> _WORK TASK_
Locate, in the data below, the line that contains "f 237 239 131" and the line that contains "Circle(ESQUISSE3_R)"; reproduce exactly those two lines and every line between them, nothing more.

> _EXERCISE DATA_

§

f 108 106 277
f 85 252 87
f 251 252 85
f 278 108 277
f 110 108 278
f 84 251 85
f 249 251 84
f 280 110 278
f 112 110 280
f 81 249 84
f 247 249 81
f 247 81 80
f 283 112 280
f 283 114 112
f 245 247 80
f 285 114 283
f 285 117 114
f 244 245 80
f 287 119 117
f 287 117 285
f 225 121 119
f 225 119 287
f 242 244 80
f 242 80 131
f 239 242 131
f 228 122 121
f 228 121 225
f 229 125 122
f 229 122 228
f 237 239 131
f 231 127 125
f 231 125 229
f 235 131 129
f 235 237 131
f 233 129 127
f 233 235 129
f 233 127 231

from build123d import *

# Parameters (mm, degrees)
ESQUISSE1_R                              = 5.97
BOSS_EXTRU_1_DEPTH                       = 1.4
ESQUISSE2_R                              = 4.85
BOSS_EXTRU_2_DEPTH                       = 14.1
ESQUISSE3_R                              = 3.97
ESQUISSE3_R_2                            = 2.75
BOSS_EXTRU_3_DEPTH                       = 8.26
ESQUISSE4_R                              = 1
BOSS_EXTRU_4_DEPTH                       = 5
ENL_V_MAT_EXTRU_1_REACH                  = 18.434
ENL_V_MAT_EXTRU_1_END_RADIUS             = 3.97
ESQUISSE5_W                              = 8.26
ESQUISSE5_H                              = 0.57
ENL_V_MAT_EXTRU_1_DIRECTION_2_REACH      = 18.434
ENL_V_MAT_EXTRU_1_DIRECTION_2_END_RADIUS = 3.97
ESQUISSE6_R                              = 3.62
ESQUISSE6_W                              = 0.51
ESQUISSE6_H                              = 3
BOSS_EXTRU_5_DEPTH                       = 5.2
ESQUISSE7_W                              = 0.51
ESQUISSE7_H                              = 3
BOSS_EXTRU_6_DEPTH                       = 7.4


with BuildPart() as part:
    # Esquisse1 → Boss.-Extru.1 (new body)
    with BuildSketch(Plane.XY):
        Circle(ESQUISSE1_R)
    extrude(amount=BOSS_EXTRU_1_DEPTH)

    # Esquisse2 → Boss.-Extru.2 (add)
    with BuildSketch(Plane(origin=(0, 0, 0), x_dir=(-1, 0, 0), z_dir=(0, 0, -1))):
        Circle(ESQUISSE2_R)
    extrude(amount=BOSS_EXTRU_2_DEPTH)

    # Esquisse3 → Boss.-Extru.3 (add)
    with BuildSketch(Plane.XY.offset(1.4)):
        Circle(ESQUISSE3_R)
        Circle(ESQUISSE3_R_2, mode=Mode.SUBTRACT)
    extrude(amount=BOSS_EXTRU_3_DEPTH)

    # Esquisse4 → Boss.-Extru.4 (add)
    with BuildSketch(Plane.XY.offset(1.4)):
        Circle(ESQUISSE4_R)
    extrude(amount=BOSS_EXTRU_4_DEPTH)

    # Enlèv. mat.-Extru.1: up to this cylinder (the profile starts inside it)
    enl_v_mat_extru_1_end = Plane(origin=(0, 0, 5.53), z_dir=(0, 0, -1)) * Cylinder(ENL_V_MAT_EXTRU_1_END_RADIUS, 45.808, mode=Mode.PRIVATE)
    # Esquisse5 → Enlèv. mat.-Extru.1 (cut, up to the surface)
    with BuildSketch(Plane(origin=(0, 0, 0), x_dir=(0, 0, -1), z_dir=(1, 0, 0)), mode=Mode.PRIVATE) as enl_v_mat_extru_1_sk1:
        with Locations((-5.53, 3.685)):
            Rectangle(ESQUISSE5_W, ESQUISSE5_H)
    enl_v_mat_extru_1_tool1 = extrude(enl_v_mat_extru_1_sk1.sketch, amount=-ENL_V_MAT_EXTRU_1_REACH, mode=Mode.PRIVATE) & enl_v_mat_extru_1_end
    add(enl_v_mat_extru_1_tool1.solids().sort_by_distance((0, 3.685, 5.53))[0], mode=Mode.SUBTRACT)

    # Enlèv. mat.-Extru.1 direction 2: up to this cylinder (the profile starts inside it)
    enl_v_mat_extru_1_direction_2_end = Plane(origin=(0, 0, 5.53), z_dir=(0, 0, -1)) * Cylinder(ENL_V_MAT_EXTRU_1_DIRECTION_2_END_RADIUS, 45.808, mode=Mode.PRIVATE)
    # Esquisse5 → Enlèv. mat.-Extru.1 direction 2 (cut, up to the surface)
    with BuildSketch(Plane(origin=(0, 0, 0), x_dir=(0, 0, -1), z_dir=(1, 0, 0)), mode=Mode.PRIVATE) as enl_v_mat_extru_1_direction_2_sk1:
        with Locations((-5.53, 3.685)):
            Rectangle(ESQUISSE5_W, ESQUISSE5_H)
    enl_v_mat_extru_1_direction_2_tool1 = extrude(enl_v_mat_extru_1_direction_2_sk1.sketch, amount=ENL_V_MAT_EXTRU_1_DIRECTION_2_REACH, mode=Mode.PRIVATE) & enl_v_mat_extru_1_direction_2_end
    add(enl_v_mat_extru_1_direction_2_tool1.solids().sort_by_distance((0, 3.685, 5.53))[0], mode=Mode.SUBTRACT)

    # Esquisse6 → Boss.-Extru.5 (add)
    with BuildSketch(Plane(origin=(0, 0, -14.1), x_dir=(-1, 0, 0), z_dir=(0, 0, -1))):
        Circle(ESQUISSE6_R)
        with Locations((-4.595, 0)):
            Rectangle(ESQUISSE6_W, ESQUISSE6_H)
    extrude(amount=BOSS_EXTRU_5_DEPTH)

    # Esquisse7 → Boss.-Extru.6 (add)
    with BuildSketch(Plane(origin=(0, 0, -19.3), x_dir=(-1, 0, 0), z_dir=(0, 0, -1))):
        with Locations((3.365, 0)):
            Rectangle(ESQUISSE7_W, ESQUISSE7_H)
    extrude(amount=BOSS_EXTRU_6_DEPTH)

§

> _RESPONSE BELOW_
f 237 239 131
f 231 127 125
f 231 125 229
f 235 131 129
f 235 237 131
f 233 129 127
f 233 235 129
f 233 127 231

from build123d import *

# Parameters (mm, degrees)
ESQUISSE1_R                              = 5.97
BOSS_EXTRU_1_DEPTH                       = 1.4
ESQUISSE2_R                              = 4.85
BOSS_EXTRU_2_DEPTH                       = 14.1
ESQUISSE3_R                              = 3.97
ESQUISSE3_R_2                            = 2.75
BOSS_EXTRU_3_DEPTH                       = 8.26
ESQUISSE4_R                              = 1
BOSS_EXTRU_4_DEPTH                       = 5
ENL_V_MAT_EXTRU_1_REACH                  = 18.434
ENL_V_MAT_EXTRU_1_END_RADIUS             = 3.97
ESQUISSE5_W                              = 8.26
ESQUISSE5_H                              = 0.57
ENL_V_MAT_EXTRU_1_DIRECTION_2_REACH      = 18.434
ENL_V_MAT_EXTRU_1_DIRECTION_2_END_RADIUS = 3.97
ESQUISSE6_R                              = 3.62
ESQUISSE6_W                              = 0.51
ESQUISSE6_H                              = 3
BOSS_EXTRU_5_DEPTH                       = 5.2
ESQUISSE7_W                              = 0.51
ESQUISSE7_H                              = 3
BOSS_EXTRU_6_DEPTH                       = 7.4


with BuildPart() as part:
    # Esquisse1 → Boss.-Extru.1 (new body)
    with BuildSketch(Plane.XY):
        Circle(ESQUISSE1_R)
    extrude(amount=BOSS_EXTRU_1_DEPTH)

    # Esquisse2 → Boss.-Extru.2 (add)
    with BuildSketch(Plane(origin=(0, 0, 0), x_dir=(-1, 0, 0), z_dir=(0, 0, -1))):
        Circle(ESQUISSE2_R)
    extrude(amount=BOSS_EXTRU_2_DEPTH)

    # Esquisse3 → Boss.-Extru.3 (add)
    with BuildSketch(Plane.XY.offset(1.4)):
        Circle(ESQUISSE3_R)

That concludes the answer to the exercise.